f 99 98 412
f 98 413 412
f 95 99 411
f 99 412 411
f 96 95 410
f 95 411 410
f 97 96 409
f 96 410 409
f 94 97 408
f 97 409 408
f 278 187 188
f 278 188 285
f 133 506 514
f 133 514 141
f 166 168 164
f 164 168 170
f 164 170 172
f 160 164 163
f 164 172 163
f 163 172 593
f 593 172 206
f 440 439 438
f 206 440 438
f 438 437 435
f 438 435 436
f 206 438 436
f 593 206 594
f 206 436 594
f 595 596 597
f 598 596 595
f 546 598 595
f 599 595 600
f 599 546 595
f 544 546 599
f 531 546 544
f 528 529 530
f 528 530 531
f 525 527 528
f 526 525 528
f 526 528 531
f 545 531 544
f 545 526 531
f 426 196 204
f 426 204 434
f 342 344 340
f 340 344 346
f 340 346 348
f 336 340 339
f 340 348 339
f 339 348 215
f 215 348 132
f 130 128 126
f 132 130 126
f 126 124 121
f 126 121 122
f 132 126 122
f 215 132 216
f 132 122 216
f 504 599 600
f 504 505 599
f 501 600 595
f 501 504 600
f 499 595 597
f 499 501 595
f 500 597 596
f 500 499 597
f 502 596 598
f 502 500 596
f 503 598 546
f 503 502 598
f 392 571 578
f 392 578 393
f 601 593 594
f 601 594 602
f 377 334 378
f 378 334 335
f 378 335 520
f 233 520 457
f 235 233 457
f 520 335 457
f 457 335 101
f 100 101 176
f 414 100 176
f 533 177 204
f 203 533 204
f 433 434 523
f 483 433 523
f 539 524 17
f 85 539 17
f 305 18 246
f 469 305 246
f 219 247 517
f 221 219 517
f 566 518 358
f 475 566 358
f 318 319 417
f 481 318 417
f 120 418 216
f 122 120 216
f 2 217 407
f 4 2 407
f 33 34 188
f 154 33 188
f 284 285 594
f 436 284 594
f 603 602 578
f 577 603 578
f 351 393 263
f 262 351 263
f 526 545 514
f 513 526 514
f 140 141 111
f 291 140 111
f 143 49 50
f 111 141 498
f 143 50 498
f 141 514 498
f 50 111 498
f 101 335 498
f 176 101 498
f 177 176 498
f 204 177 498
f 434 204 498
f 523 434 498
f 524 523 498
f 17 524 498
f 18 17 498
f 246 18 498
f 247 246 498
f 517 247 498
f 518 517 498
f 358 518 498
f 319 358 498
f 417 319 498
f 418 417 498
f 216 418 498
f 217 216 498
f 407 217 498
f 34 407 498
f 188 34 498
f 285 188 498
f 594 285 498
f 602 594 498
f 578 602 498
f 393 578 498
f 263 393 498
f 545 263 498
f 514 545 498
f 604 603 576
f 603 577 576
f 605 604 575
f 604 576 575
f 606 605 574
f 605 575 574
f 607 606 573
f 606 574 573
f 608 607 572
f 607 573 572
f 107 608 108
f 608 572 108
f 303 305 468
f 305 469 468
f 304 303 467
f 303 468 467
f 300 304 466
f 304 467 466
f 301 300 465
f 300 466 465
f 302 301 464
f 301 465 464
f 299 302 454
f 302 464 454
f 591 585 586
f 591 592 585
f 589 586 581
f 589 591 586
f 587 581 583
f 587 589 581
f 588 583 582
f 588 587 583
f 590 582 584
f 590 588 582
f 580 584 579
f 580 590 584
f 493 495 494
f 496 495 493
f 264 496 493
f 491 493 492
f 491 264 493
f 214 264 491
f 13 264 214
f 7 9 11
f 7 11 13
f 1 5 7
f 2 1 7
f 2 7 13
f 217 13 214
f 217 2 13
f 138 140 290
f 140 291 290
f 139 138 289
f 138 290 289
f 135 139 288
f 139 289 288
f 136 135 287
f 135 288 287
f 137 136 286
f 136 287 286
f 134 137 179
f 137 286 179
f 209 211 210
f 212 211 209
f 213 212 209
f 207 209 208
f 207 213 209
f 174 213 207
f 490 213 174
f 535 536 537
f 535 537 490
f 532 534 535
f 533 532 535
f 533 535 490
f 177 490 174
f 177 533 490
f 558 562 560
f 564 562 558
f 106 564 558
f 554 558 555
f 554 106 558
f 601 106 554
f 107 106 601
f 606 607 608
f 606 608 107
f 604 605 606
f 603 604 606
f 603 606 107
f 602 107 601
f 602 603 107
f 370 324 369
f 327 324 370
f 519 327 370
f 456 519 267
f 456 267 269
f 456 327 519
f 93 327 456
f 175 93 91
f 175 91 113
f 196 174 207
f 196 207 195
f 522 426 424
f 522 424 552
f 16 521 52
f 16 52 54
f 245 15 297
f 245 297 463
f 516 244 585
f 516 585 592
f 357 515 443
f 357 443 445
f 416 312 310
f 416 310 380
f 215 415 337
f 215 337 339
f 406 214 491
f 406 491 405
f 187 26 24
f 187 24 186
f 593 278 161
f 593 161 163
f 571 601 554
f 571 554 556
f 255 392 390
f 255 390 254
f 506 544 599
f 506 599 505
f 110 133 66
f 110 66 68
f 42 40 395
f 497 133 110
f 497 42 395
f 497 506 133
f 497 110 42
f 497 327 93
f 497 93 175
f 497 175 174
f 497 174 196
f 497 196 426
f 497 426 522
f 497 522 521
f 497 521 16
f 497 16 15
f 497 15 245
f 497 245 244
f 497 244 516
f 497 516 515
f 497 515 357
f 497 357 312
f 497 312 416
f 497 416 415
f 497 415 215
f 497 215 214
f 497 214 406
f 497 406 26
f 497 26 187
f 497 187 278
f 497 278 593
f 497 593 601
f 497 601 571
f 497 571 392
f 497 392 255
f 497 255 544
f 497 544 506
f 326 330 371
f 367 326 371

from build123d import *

☆ ☆ ☆

Task to complete:
Word for word, set down the complete listing once more.

The answer:
f 99 98 412
f 98 413 412
f 95 99 411
f 99 412 411
f 96 95 410
f 95 411 410
f 97 96 409
f 96 410 409
f 94 97 408
f 97 409 408
f 278 187 188
f 278 188 285
f 133 506 514
f 133 514 141
f 166 168 164
f 164 168 170
f 164 170 172
f 160 164 163
f 164 172 163
f 163 172 593
f 593 172 206
f 440 439 438
f 206 440 438
f 438 437 435
f 438 435 436
f 206 438 436
f 593 206 594
f 206 436 594
f 595 596 597
f 598 596 595
f 546 598 595
f 599 595 600
f 599 546 595
f 544 546 599
f 531 546 544
f 528 529 530
f 528 530 531
f 525 527 528
f 526 525 528
f 526 528 531
f 545 531 544
f 545 526 531
f 426 196 204
f 426 204 434
f 342 344 340
f 340 344 346
f 340 346 348
f 336 340 339
f 340 348 339
f 339 348 215
f 215 348 132
f 130 128 126
f 132 130 126
f 126 124 121
f 126 121 122
f 132 126 122
f 215 132 216
f 132 122 216
f 504 599 600
f 504 505 599
f 501 600 595
f 501 504 600
f 499 595 597
f 499 501 595
f 500 597 596
f 500 499 597
f 502 596 598
f 502 500 596
f 503 598 546
f 503 502 598
f 392 571 578
f 392 578 393
f 601 593 594
f 601 594 602
f 377 334 378
f 378 334 335
f 378 335 520
f 233 520 457
f 235 233 457
f 520 335 457
f 457 335 101
f 100 101 176
f 414 100 176
f 533 177 204
f 203 533 204
f 433 434 523
f 483 433 523
f 539 524 17
f 85 539 17
f 305 18 246
f 469 305 246
f 219 247 517
f 221 219 517
f 566 518 358
f 475 566 358
f 318 319 417
f 481 318 417
f 120 418 216
f 122 120 216
f 2 217 407
f 4 2 407
f 33 34 188
f 154 33 188
f 284 285 594
f 436 284 594
f 603 602 578
f 577 603 578
f 351 393 263
f 262 351 263
f 526 545 514
f 513 526 514
f 140 141 111
f 291 140 111
f 143 49 50
f 111 141 498
f 143 50 498
f 141 514 498
f 50 111 498
f 101 335 498
f 176 101 498
f 177 176 498
f 204 177 498
f 434 204 498
f 523 434 498
f 524 523 498
f 17 524 498
f 18 17 498
f 246 18 498
f 247 246 498
f 517 247 498
f 518 517 498
f 358 518 498
f 319 358 498
f 417 319 498
f 418 417 498
f 216 418 498
f 217 216 498
f 407 217 498
f 34 407 498
f 188 34 498
f 285 188 498
f 594 285 498
f 602 594 498
f 578 602 498
f 393 578 498
f 263 393 498
f 545 263 498
f 514 545 498
f 604 603 576
f 603 577 576
f 605 604 575
f 604 576 575
f 606 605 574
f 605 575 574
f 607 606 573
f 606 574 573
f 608 607 572
f 607 573 572
f 107 608 108
f 608 572 108
f 303 305 468
f 305 469 468
f 304 303 467
f 303 468 467
f 300 304 466
f 304 467 466
f 301 300 465
f 300 466 465
f 302 301 464
f 301 465 464
f 299 302 454
f 302 464 454
f 591 585 586
f 591 592 585
f 589 586 581
f 589 591 586
f 587 581 583
f 587 589 581
f 588 583 582
f 588 587 583
f 590 582 584
f 590 588 582
f 580 584 579
f 580 590 584
f 493 495 494
f 496 495 493
f 264 496 493
f 491 493 492
f 491 264 493
f 214 264 491
f 13 264 214
f 7 9 11
f 7 11 13
f 1 5 7
f 2 1 7
f 2 7 13
f 217 13 214
f 217 2 13
f 138 140 290
f 140 291 290
f 139 138 289
f 138 290 289
f 135 139 288
f 139 289 288
f 136 135 287
f 135 288 287
f 137 136 286
f 136 287 286
f 134 137 179
f 137 286 179
f 209 211 210
f 212 211 209
f 213 212 209
f 207 209 208
f 207 213 209
f 174 213 207
f 490 213 174
f 535 536 537
f 535 537 490
f 532 534 535
f 533 532 535
f 533 535 490
f 177 490 174
f 177 533 490
f 558 562 560
f 564 562 558
f 106 564 558
f 554 558 555
f 554 106 558
f 601 106 554
f 107 106 601
f 606 607 608
f 606 608 107
f 604 605 606
f 603 604 606
f 603 606 107
f 602 107 601
f 602 603 107
f 370 324 369
f 327 324 370
f 519 327 370
f 456 519 267
f 456 267 269
f 456 327 519
f 93 327 456
f 175 93 91
f 175 91 113
f 196 174 207
f 196 207 195
f 522 426 424
f 522 424 552
f 16 521 52
f 16 52 54
f 245 15 297
f 245 297 463
f 516 244 585
f 516 585 592
f 357 515 443
f 357 443 445
f 416 312 310
f 416 310 380
f 215 415 337
f 215 337 339
f 406 214 491
f 406 491 405
f 187 26 24
f 187 24 186
f 593 278 161
f 593 161 163
f 571 601 554
f 571 554 556
f 255 392 390
f 255 390 254
f 506 544 599
f 506 599 505
f 110 133 66
f 110 66 68
f 42 40 395
f 497 133 110
f 497 42 395
f 497 506 133
f 497 110 42
f 497 327 93
f 497 93 175
f 497 175 174
f 497 174 196
f 497 196 426
f 497 426 522
f 497 522 521
f 497 521 16
f 497 16 15
f 497 15 245
f 497 245 244
f 497 244 516
f 497 516 515
f 497 515 357
f 497 357 312
f 497 312 416
f 497 416 415
f 497 415 215
f 497 215 214
f 497 214 406
f 497 406 26
f 497 26 187
f 497 187 278
f 497 278 593
f 497 593 601
f 497 601 571
f 497 571 392
f 497 392 255
f 497 255 544
f 497 544 506
f 326 330 371
f 367 326 371

from build123d import *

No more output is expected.